Answer:
To find the zeros of the function \( f(x) = 4x^4 - 16x^3 - 8x^2 + 16x + 64 \), we need to find the values of \( x \) where \( f(x) \) equals zero.
a. **Finding Zeros**:
To find the zeros of the function, we set \( f(x) \) equal to zero and solve for \( x \):
\[ 4x^4 - 16x^3 - 8x^2 + 16x + 64 = 0 \]
We can factor out a common factor of \( 4 \) from all terms:
\[ 4(x^4 - 4x^3 - 2x^2 + 4x + 16) = 0 \]
Then, we can apply various methods to find the roots, such as factoring, synthetic division, or numerical methods like the Newton-Raphson method.
b. **Drawing the Graph**:
To sketch the graph without a graphing utility, we can analyze the behavior of the polynomial function by looking at its leading term and the behavior around the zeros.

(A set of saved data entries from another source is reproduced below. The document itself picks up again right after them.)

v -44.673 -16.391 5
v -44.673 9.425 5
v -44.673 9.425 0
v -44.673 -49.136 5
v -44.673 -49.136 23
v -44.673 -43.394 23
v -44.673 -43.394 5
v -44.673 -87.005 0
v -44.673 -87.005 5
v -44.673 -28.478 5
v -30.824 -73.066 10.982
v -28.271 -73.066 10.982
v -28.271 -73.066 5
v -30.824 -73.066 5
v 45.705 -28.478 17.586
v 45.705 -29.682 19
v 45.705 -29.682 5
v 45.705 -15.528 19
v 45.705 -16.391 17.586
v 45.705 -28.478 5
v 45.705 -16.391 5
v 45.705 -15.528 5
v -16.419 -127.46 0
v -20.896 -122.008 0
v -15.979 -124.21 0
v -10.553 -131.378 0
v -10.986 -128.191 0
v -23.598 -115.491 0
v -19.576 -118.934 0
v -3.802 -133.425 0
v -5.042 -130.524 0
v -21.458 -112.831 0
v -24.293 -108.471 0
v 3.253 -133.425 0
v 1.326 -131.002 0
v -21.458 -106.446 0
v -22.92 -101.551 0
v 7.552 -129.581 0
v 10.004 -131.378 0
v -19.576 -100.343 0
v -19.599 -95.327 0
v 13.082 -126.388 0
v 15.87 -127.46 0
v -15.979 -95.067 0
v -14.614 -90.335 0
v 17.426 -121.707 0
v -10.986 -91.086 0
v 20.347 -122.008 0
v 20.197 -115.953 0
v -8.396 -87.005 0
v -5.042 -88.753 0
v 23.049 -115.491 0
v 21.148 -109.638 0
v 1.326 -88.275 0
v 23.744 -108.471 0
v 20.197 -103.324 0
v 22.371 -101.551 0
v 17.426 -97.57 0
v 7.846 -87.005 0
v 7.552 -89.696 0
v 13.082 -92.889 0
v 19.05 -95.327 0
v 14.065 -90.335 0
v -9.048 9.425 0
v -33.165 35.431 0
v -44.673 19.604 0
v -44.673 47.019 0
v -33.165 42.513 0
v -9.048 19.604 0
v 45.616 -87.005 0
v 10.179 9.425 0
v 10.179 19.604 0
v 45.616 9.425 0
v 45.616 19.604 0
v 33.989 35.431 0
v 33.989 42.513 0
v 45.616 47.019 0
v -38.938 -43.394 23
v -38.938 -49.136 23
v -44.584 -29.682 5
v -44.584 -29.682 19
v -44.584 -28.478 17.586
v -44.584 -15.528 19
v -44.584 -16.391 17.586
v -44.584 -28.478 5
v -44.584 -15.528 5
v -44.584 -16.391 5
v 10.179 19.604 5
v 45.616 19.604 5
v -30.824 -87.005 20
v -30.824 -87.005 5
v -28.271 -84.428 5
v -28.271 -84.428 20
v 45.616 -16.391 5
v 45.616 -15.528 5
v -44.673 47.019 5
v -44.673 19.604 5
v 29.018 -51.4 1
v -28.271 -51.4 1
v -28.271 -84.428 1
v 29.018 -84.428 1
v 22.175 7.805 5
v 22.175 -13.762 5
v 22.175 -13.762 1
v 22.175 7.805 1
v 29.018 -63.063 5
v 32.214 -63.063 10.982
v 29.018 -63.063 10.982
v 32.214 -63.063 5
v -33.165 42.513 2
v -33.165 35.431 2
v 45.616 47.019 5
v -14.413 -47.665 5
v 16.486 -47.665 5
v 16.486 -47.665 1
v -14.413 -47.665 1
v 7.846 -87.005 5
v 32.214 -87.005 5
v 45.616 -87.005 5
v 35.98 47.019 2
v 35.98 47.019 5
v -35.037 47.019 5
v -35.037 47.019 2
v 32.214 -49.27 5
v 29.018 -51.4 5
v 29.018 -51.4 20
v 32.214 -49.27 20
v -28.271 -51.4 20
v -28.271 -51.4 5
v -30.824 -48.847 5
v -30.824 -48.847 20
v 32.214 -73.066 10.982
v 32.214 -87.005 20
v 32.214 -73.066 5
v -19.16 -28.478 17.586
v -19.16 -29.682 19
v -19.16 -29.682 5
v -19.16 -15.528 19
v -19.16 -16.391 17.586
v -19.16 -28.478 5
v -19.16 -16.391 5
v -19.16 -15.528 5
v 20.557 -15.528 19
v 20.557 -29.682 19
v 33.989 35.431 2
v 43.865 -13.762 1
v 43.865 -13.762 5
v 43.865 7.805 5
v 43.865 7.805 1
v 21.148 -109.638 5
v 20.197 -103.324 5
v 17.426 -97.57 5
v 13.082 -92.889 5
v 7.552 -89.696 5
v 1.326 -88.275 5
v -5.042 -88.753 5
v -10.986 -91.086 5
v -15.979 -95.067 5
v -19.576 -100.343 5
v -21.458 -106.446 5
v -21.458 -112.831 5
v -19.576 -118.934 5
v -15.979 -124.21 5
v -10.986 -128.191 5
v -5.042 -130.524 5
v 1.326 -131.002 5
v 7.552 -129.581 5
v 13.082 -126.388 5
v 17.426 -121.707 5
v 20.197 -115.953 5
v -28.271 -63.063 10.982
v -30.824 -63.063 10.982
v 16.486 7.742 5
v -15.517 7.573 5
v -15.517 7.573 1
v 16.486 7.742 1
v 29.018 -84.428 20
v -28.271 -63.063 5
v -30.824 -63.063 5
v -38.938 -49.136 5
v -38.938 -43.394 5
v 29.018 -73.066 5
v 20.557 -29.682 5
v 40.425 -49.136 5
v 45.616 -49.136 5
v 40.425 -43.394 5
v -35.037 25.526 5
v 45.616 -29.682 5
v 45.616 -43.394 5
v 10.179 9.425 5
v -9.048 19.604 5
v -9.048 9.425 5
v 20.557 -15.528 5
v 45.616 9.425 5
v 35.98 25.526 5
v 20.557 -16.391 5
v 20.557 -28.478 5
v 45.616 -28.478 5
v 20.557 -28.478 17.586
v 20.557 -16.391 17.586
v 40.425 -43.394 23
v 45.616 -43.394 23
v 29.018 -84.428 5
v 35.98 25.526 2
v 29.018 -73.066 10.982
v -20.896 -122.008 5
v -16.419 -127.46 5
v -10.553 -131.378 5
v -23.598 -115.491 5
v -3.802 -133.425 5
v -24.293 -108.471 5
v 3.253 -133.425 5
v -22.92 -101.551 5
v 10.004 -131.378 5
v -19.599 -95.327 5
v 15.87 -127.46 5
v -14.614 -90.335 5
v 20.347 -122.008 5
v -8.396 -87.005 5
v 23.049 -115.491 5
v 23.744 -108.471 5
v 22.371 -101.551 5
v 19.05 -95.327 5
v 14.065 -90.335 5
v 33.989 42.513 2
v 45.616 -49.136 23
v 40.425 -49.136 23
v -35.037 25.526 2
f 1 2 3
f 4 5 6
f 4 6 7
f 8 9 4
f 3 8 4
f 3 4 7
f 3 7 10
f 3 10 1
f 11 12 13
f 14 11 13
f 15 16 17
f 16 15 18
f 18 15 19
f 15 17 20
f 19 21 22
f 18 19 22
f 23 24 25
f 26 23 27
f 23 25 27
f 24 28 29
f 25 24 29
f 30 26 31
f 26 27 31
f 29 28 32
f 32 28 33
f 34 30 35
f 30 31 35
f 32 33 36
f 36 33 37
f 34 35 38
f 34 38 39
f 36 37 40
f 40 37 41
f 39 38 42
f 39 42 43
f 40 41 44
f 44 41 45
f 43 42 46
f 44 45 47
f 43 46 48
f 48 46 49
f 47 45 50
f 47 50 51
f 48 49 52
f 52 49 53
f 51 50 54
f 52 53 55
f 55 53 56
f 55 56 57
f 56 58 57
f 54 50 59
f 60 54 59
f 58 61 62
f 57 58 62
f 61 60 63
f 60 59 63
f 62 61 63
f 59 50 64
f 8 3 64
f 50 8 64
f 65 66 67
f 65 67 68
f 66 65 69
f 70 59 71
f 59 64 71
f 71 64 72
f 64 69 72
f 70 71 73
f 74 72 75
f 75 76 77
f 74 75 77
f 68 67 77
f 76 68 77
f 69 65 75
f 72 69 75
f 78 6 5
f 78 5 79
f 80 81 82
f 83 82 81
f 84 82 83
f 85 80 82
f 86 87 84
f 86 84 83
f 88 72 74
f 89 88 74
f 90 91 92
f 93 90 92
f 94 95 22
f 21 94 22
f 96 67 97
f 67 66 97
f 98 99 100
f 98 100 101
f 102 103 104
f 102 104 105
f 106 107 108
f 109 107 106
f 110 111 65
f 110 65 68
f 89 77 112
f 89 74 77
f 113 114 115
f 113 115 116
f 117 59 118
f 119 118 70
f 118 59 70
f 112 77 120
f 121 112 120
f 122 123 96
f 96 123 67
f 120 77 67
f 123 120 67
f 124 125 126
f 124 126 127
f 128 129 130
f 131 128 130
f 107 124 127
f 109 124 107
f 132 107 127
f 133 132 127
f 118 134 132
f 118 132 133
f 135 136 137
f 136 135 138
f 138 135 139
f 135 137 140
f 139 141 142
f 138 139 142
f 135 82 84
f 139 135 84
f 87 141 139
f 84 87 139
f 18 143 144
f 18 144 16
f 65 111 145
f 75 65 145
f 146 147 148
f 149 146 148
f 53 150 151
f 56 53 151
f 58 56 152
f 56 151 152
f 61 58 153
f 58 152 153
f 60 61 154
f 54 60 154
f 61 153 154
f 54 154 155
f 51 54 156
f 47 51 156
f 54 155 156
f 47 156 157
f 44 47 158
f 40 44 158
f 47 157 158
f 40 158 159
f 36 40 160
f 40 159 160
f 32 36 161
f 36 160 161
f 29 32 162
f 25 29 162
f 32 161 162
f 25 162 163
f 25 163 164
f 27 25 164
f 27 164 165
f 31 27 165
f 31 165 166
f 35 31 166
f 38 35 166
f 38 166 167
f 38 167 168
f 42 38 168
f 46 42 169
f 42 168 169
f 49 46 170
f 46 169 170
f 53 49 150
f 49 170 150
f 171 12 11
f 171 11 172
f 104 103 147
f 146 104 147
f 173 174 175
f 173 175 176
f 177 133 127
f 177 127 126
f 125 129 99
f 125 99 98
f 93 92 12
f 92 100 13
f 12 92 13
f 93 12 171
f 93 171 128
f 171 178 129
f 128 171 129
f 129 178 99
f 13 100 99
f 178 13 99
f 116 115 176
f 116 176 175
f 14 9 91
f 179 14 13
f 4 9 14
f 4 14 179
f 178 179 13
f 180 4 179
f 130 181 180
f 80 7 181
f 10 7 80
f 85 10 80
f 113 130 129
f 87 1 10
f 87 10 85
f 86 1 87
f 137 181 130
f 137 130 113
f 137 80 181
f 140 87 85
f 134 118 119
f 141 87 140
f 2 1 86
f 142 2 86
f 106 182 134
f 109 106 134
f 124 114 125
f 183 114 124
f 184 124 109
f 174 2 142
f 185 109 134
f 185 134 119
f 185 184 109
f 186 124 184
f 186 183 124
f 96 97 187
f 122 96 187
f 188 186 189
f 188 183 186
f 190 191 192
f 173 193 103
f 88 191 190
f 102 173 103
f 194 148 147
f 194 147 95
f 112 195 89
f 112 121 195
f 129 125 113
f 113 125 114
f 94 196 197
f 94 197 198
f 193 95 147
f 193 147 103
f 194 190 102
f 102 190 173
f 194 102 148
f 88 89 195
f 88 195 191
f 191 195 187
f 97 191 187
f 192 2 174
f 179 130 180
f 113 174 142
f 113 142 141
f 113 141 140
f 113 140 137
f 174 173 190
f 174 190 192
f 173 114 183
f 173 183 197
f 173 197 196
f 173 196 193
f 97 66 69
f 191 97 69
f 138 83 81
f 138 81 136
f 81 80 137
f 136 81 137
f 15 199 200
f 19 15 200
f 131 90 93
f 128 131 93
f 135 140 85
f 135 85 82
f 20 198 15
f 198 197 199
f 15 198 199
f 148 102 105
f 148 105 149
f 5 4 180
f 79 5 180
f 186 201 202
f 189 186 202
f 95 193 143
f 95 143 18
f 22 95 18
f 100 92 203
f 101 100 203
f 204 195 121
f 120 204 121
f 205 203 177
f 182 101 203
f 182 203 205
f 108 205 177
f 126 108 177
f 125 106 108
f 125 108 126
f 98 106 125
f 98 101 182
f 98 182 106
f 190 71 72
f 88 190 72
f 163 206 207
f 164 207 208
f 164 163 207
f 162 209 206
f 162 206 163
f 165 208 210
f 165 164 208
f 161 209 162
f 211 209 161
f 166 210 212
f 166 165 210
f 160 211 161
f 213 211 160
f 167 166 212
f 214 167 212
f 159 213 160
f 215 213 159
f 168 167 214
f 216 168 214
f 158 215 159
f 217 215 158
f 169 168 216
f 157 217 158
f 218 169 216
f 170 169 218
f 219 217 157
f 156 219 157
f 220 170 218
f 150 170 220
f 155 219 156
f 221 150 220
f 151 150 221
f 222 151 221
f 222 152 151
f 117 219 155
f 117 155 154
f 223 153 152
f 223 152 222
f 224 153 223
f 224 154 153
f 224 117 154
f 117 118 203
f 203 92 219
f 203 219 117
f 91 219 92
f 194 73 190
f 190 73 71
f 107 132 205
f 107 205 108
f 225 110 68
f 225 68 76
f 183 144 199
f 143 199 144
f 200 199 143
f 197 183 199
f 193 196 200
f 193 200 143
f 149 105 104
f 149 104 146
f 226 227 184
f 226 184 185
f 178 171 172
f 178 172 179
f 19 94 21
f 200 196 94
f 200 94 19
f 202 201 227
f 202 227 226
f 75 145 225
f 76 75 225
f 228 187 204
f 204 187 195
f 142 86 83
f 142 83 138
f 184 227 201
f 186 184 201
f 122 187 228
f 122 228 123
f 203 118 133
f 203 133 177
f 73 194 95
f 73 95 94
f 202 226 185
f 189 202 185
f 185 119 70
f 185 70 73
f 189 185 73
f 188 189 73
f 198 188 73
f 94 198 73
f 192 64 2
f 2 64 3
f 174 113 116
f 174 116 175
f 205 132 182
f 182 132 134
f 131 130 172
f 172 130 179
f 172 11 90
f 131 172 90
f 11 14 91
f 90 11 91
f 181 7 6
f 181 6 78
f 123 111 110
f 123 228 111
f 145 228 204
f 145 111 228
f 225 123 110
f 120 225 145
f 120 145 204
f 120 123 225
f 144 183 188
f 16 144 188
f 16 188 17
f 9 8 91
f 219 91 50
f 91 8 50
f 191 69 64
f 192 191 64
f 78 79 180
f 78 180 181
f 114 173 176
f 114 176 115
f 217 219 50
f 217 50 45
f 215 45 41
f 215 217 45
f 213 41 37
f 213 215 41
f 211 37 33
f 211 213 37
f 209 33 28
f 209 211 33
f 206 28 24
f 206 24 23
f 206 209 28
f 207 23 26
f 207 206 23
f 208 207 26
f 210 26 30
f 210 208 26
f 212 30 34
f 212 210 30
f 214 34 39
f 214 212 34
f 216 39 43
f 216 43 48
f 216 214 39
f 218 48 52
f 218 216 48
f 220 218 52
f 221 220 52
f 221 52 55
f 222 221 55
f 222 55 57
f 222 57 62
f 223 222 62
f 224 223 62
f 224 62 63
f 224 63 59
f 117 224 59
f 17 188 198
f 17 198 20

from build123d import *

# Parameters (mm, degrees)
BASE_SEGUIDOR_DEPTH        = 5
RESIZE_BASE_BY             = 10.718934909
RESIZE_BASE_2_BY           = 6.304160727
MOVER_START                = -87.004758572
MOVER_FACE10_OUTLINE_W     = 90.28944226
MOVER_FACE10_OUTLINE_H     = 5
MOVER_FACE10_DEPTH         = 4.845951812
ESBO_O27_W                 = 5.735972996
ESBO_O27_H                 = 5.741390801
ESBO_O27_W_2               = 5.190846063
BASE_ENGERENAGEM_DEPTH     = 18
ESBO_O18_R                 = 24.046540625
ESBO_O18_R_2               = 21.423073694
RESSALTO_EXTRUS_O11_DEPTH  = 5
ESBO_O22_W                 = 57.28918899
ESBO_O22_H                 = 33.028358432
CORTE_EXTRUS_O2_DEPTH      = 4
RESSALTO_EXTRUS_O12_DEPTH  = 15
ESBO_O26_W                 = 5.982118077
ESBO_O26_H                 = 10.002665269
CORTE_EXTRUS_O3_DEPTH      = 64
ESBO_O6_W                  = 25.148684125
ESBO_O6_H                  = 14.153877123
ESBO_O6_W_2                = 25.424126456
RESSALTO_EXTRUS_O10_DEPTH  = 14
ESBO_O19_W                 = 12.585961191
ESBO_O19_H                 = 12.087029767
CORTE_EXTRUS_O1_DEPTH      = 92
ESBO_O4_W                  = 21.689466083
ESBO_O4_H                  = 21.567386105
PCB_BURACOS_DEPTH          = 4
ESBO_O2_W                  = 71.017341725
ESBO_O2_H                  = 21.492860186
SENSOR_INFRA_ENCAIXE_DEPTH = 3
ESBO_O9_W                  = 67.154361664
ESBO_O9_H                  = 7.082446002
FURO_SENSOR_DEPTH          = 10


# Read off the part's stored shape, not the designer's step: Mover face10
with BuildPart() as part:
    # Esboço1 → base_seguidor (new body)
    with BuildSketch(Plane.XY):
        Polygon((-44.67348187, 40.715072084), (-44.67348187, 19.603553226), (-9.047793796, 19.603553226), (-9.047793796, 9.424785205), (-44.67348187, 9.424785205), (-44.67348187, -71.439871851), (45.61596039, -71.439871851), (45.61596039, 9.424785205), (10.178768021, 9.424785205), (10.178768021, 19.603553226), (45.61596039, 19.603553226), (45.61596039, 40.715072084), align=None)
    extrude(amount=BASE_SEGUIDOR_DEPTH)

    # resize_base: a face moved outward by 10.718935
    extrude(part.faces().sort_by_distance((0.47123926, -71.439871851, 2.5))[0], amount=RESIZE_BASE_BY, dir=(0, -1, 0))

    # resize_base_2: a face moved outward by 6.304161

- **Leading Term**: The leading term of \( f(x) \) is \( 4x^4 \), indicating that the function approaches positive infinity as \( x \) approaches positive or negative infinity.
- **Zeros**: We found the zeros in part a.
- **Behavior around Zeros**: We can examine the sign of \( f(x) \) in intervals between the zeros to sketch the graph accurately.
With this information, we can sketch a complete graph of the function by plotting the zeros and understanding how the function behaves between these zeros. We would also consider the end behavior, which is that the graph approaches positive infinity as \( x \) approaches positive or negative infinity.